Yeah, the Motor City Madman is a bit wacky.

I really am encouraged when someone complains that they see so many hens. They are the acorns of good pheasant hunting. If we have soooo many right now, imagine if the winter is kind to them? The numbers of roosters (and hens) next fall will be great (so long as spring is kind to them too!)
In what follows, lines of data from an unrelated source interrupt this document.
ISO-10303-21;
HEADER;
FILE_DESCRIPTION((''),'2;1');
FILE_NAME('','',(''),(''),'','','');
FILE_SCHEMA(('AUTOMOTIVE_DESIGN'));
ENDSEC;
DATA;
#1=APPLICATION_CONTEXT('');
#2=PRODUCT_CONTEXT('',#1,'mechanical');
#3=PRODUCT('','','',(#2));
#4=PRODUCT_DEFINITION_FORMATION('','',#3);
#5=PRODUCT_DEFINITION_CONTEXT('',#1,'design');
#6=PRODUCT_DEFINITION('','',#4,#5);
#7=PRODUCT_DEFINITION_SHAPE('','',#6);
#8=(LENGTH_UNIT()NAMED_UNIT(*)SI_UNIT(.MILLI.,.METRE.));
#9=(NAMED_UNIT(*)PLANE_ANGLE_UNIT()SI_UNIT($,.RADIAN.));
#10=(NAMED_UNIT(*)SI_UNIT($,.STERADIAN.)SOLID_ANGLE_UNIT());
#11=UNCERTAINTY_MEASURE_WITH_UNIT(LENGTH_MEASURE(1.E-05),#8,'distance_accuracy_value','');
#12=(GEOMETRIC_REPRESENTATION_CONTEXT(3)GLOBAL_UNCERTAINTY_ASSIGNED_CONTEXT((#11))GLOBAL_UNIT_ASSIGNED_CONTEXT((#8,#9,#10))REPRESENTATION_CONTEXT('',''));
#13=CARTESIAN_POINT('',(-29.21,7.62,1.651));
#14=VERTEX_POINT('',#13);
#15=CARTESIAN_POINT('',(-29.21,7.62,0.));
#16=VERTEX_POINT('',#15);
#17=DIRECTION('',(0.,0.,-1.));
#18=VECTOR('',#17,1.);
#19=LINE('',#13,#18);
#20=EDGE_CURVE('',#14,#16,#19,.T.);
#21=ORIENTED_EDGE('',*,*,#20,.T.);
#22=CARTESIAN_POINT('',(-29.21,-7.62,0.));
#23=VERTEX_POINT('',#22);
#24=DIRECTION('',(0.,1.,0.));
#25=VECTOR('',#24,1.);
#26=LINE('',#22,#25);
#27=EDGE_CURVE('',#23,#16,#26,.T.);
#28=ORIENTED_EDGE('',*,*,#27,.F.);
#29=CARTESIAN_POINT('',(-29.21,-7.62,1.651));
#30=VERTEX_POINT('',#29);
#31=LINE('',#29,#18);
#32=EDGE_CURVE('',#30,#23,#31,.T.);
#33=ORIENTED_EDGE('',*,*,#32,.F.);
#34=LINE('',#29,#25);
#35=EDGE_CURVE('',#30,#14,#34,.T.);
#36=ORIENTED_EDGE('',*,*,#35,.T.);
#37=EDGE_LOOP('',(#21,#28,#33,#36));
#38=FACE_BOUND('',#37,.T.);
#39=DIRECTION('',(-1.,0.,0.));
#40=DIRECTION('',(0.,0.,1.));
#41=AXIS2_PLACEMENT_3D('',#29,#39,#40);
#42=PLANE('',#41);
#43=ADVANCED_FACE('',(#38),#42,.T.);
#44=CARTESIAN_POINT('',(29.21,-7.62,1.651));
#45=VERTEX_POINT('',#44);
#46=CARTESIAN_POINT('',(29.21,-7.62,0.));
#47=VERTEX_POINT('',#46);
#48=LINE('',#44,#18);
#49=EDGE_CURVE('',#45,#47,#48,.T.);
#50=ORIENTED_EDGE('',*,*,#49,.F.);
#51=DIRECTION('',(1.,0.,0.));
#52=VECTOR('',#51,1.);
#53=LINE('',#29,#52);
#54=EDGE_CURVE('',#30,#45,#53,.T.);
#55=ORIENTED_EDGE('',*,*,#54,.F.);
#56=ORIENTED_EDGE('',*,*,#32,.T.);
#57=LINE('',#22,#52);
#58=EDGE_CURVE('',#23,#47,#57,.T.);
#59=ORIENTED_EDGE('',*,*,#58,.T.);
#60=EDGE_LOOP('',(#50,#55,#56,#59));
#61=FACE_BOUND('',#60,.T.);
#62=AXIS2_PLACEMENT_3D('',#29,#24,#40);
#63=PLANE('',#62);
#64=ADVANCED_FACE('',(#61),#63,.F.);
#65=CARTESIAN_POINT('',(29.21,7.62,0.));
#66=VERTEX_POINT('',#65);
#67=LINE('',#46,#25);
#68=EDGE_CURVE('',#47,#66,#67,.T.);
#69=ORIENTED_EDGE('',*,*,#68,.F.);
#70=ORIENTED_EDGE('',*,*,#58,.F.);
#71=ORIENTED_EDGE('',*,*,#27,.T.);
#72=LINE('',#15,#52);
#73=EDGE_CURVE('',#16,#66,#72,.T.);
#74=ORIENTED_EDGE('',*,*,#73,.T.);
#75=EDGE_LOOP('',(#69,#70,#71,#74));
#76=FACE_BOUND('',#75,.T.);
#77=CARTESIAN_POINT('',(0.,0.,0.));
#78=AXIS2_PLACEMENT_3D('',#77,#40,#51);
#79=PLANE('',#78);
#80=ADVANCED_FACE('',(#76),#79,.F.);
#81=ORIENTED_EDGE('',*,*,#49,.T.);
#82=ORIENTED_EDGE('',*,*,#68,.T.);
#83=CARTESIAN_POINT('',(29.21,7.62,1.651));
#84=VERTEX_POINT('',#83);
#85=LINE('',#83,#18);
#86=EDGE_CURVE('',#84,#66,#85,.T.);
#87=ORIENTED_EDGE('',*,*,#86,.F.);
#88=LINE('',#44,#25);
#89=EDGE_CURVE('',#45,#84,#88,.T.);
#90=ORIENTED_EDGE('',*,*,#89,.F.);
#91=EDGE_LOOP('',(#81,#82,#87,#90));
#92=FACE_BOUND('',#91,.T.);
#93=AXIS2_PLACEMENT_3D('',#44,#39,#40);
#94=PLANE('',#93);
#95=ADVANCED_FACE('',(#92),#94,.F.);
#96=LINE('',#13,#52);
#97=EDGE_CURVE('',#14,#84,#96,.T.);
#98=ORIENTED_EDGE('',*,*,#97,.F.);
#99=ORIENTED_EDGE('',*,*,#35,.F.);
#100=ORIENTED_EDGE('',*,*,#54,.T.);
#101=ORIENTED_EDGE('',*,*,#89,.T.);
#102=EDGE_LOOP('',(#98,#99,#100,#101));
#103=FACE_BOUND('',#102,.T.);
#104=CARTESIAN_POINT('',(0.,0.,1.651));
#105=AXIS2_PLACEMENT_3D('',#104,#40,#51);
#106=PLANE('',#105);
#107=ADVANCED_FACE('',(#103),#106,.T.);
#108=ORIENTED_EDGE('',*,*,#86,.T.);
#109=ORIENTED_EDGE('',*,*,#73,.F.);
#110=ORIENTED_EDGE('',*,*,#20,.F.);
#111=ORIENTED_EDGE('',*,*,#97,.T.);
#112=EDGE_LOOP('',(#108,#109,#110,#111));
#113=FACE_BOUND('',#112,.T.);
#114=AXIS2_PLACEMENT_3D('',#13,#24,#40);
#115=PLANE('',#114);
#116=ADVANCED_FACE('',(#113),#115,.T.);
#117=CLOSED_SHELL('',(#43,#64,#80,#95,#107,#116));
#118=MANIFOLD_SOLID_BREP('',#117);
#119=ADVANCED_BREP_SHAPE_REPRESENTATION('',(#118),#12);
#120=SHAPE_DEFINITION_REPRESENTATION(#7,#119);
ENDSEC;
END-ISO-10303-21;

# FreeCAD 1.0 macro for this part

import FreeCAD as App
import Part
import Sketcher
from FreeCAD import Vector
Q = App.Units.Quantity

doc = App.newDocument("Part")
body = doc.addObject("PartDesign::Body", "Body")

sketch1 = body.newObject("Sketcher::SketchObject", "Sketch")
sketch1.AttachmentSupport = (doc.getObject("XY_Plane"), [""])
sketch1.MapMode = "FlatFace"
sketch1.addGeometry([
    Part.LineSegment(Vector(-29, 8, 0), Vector(-29, -8, 0)),
    Part.LineSegment(Vector(-29, -8, 0), Vector(29, -8, 0)),
    Part.LineSegment(Vector(29, -8, 0), Vector(29, 8, 0)),
    Part.LineSegment(Vector(29, 8, 0), Vector(-29, 8, 0)),
], False)
sketch1.addConstraint([
    Sketcher.Constraint("Coincident", 0, 2, 1, 1),
    Sketcher.Constraint("Coincident", 1, 2, 2, 1),
    Sketcher.Constraint("Coincident", 2, 2, 3, 1),
    Sketcher.Constraint("Coincident", 3, 2, 0, 1),
    Sketcher.Constraint("Vertical", 0),
    Sketcher.Constraint("Horizontal", 1),
    Sketcher.Constraint("Vertical", 2),
    Sketcher.Constraint("Horizontal", 3),
    Sketcher.Constraint("Symmetric", 0, 2, 2, 2, -1, 1),
    Sketcher.Constraint("DistanceX", 1, 1, 1, 2, Q("2.3 in")),
    Sketcher.Constraint("DistanceY", 0, 2, 0, 1, Q("0.6 in")),
])
pad1 = body.newObject("PartDesign::Pad", "Pad")
pad1.Profile = sketch1
pad1.Length = Q("0.065 in")

doc.recompute()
Until then...I'll be cheering on global warming!


----------



## Brad Anderson (Apr 1, 2002)

I wasn't complaining about the number of hens, just stating an observation. Every year as the season progresses, there are fewer and fewer roosters. This is understandable since roosters have been shot at since the season opened. This year was different. In the beginning there seemed to be a lot of hens right away. It wasn't the usual 1/2 and 1/2, or even close. Seemed like flocks of 20-30 hens with no roosters was common. I know in the early part of the season, roosters and hens sometimes don't flock up together. But like I said there was an extremely high number of hens. Everybody knows hens are good. I enjoy watching them flush from cover, even though you cannot shoot them.


----------



## njsimonson (Sep 24, 2002)

Brad,

Sorry, I didn't mean you in particular, but I have friends who complain. I just take those complaints as good news. And you are dead on about the flush. It really doesn't matter if it is a rooster or a hen that pops up...it still scares the bijeezus outta me!


----------



## Brad Anderson (Apr 1, 2002)

With cold weather on the way, pheasants will be back in late season mode. I prefer hunting them in ones and twos, but huge flocks are good too. It seems that when they are in huge flocks, they flush farther ahead. Either way "it is always a good day in the field".


----------